All the famous cats knew Red, all the road cats anyways, you know, the older cats. On any given night, you could go in there and might just be Red playing on his bass with a little local group, or you could go into you might see Conte Candoli in there. I was lucky enough to get to know Red and Donna, his wife who ran the club, and they would allow me to come in and play and bring my group in.

There was another place called the New York Supper Club. When I grew up, it was on, I think, Sixth Avenue. And a name probably many people don't remember, but he was a guy I took a few lessons with when I was really young. His name was Mel Washington, he was a saxophonist. And they had really, really hip music in there, too. I would get my my suit on when I was 16 and sneak in underage. And the old cats would say 'you stay up here by me.' And boy, they let me play and it was great.

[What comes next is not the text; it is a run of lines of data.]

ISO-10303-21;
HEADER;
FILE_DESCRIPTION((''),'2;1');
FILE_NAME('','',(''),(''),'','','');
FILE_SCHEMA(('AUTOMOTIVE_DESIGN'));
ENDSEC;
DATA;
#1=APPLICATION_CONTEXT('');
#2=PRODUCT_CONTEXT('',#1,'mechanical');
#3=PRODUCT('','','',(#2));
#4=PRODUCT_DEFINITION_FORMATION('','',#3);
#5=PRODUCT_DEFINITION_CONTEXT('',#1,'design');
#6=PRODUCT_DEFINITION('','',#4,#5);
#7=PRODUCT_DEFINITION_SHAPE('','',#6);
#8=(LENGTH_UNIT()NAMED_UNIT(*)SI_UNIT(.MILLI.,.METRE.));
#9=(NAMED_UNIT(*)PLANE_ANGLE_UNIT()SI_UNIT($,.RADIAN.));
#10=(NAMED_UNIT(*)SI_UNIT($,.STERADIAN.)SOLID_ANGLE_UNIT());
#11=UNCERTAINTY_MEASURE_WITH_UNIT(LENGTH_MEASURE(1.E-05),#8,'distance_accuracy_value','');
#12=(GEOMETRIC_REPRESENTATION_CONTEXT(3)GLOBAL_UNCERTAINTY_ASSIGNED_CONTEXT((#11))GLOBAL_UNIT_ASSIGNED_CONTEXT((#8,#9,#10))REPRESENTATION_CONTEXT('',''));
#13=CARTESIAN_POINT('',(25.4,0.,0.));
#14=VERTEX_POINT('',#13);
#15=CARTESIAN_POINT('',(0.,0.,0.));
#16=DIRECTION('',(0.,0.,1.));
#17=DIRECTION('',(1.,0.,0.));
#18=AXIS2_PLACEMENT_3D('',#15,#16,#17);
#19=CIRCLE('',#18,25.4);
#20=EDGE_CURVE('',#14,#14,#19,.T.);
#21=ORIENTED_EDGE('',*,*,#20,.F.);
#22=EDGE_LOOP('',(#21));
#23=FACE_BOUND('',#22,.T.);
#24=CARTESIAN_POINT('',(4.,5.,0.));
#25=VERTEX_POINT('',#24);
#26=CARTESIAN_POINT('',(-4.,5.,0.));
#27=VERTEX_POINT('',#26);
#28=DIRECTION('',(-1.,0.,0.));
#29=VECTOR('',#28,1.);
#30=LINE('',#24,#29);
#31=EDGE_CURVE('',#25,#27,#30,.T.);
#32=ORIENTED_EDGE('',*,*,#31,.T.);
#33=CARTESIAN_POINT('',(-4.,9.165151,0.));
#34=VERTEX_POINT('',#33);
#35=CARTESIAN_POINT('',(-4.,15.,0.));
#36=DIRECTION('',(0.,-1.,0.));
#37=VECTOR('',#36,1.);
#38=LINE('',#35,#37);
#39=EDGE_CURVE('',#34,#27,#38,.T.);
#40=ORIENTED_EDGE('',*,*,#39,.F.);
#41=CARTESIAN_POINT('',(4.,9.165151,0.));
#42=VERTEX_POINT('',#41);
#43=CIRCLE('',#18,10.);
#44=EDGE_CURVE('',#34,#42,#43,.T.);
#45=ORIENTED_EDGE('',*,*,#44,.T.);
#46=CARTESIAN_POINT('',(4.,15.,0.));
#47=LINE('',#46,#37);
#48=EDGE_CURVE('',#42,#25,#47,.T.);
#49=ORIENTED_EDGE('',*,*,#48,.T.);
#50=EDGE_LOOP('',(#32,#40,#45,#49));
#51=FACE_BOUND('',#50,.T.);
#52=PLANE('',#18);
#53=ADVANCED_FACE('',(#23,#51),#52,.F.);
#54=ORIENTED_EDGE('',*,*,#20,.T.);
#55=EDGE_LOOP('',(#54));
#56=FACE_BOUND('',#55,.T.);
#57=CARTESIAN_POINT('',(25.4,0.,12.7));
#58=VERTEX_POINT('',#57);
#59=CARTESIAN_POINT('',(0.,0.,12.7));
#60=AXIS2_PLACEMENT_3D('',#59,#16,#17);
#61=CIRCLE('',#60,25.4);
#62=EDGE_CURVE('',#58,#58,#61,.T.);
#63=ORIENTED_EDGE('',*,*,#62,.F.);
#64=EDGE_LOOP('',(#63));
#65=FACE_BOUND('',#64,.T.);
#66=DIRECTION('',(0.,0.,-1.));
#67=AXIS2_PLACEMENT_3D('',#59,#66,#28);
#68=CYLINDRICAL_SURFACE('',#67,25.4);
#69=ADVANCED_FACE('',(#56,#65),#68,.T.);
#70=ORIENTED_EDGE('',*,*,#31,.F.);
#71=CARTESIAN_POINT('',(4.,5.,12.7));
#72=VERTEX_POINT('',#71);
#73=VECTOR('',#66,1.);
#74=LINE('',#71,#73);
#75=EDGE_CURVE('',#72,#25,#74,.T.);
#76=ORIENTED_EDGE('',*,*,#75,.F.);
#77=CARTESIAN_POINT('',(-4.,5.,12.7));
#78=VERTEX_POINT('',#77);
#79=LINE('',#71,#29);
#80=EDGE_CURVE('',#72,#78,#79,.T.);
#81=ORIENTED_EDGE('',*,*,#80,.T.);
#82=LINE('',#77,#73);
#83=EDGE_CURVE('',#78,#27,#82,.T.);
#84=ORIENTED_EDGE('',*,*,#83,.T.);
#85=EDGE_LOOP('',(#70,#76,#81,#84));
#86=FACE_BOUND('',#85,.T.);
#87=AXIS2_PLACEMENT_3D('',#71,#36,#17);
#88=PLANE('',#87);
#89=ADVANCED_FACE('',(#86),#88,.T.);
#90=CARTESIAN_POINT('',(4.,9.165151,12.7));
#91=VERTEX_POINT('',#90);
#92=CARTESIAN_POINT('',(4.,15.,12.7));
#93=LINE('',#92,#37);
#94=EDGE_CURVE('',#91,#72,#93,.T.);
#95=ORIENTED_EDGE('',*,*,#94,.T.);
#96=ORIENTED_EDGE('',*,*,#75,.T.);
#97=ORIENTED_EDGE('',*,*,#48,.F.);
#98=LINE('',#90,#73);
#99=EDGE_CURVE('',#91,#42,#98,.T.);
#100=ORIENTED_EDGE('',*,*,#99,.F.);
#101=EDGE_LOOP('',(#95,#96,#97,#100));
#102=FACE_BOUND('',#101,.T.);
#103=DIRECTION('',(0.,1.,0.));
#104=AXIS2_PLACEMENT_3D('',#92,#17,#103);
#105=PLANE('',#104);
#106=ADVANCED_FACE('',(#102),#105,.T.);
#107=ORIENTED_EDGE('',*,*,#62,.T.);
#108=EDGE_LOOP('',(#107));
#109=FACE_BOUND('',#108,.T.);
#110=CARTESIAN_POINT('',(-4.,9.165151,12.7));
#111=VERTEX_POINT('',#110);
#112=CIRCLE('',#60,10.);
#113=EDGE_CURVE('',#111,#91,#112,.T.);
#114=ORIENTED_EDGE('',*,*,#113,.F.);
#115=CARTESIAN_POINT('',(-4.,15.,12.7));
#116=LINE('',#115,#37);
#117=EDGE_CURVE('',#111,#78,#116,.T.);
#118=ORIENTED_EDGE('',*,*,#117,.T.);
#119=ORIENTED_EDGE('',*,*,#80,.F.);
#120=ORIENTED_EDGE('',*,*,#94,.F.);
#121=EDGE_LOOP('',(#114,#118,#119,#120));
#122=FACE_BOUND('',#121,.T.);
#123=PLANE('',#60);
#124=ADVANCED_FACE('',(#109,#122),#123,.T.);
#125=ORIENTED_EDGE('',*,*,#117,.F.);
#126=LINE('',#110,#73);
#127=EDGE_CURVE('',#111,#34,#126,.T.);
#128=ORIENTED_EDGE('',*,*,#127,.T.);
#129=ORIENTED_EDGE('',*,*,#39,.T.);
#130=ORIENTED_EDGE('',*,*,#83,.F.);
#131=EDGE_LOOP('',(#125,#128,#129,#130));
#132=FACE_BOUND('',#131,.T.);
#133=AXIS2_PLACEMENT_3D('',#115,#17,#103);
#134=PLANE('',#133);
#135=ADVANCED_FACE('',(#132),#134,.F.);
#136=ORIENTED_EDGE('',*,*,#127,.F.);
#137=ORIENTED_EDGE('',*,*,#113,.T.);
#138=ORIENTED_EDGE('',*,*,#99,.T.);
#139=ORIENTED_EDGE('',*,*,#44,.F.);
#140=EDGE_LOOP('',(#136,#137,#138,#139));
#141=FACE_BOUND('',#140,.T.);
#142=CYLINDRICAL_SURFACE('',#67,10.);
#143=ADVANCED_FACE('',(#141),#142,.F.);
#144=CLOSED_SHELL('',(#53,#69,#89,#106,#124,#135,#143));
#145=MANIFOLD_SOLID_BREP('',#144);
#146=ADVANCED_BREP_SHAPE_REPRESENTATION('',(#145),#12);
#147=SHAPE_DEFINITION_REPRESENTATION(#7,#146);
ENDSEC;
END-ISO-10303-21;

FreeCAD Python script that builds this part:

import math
import FreeCAD as App
import Part
import Sketcher

V = App.Vector
Q = App.Units.Quantity

doc = App.newDocument("Part")
body = doc.addObject("PartDesign::Body", "Body")

sketch1 = doc.addObject("Sketcher::SketchObject", "Sketch")
body.addObject(sketch1)
sketch1.AttachmentSupport = (doc.XY_Plane, [""])
sketch1.MapMode = "FlatFace"
sketch1.addGeometry(Part.Circle(V(0, 0, 0), V(0, 0, 1), 25.4), False)
sketch1.addGeometry(Part.ArcOfCircle(Part.Circle(V(0, 0, 0), V(0, 0, 1), 10), math.radians(113.578178), math.radians(426.421822)), False)
sketch1.addGeometry(Part.LineSegment(V(-4, 9.165151, 0), V(-4, 5, 0)), False)
sketch1.addGeometry(Part.LineSegment(V(-4, 5, 0), V(4, 5, 0)), False)
sketch1.addGeometry(Part.LineSegment(V(4, 5, 0), V(4, 9.165151, 0)), False)
sketch1.addConstraint(Sketcher.Constraint("Coincident", 1, 1, 2, 1))
sketch1.addConstraint(Sketcher.Constraint("Coincident", 2, 2, 3, 1))
sketch1.addConstraint(Sketcher.Constraint("Coincident", 3, 2, 4, 1))
sketch1.addConstraint(Sketcher.Constraint("Coincident", 4, 2, 1, 2))
sketch1.addConstraint(Sketcher.Constraint("Vertical", 2))
sketch1.addConstraint(Sketcher.Constraint("Horizontal", 3))
sketch1.addConstraint(Sketcher.Constraint("Vertical", 4))
sketch1.addConstraint(Sketcher.Constraint("Coincident", 0, 3, -1, 1))
sketch1.addConstraint(Sketcher.Constraint("Coincident", 1, 3, -1, 1))
sketch1.addConstraint(Sketcher.Constraint("Horizontal", 1, 1, 4, 2))
sketch1.addConstraint(Sketcher.Constraint("Radius", 1, Q("10 mm")))
sketch1.addConstraint(Sketcher.Constraint("Diameter", 0, Q("50.8 mm")))
sketch1.addConstraint(Sketcher.Constraint("DistanceX", 3, 1, 3, 2, Q("8 mm")))
sketch1.addConstraint(Sketcher.Constraint("DistanceY", -1, 1, 2, 2, Q("5 mm")))
pad1 = doc.addObject("PartDesign::Pad", "Pad")
body.addObject(pad1)
pad1.Profile = sketch1
pad1.Length = 12.7

doc.recompute()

As far as venues now, is there a jazz venue in Tacoma? There's places that try to have jazz a little bit, and music. I wouldn't say there really is a jazz venue that specializes in just that music, that I know of.

It's two sided, jazz musicians, some of them want to just show up and they expect, just because they're there that people should show up. And they don't want to go out to promote it and push it and get on the phone.

Part of it is that if [other musicians] charge less, they’re able to come in and undercut you, just so they can get the gig. Of course, the club owner is a businessman, right? Unless they're a lover of music, which there have been some but it's been a long time in Tacoma since I've seen one. Then as the club owner, if I fill up the club, and they say they don't make money, that's not my fault.

It's very complicated, but there should be an easy answer to have a couple places in Tacoma, because certainly there's enough musicians. Having to build an audience is really on the part of both sides, and I think that's one of the reasons we don't have that really going on very strong right now.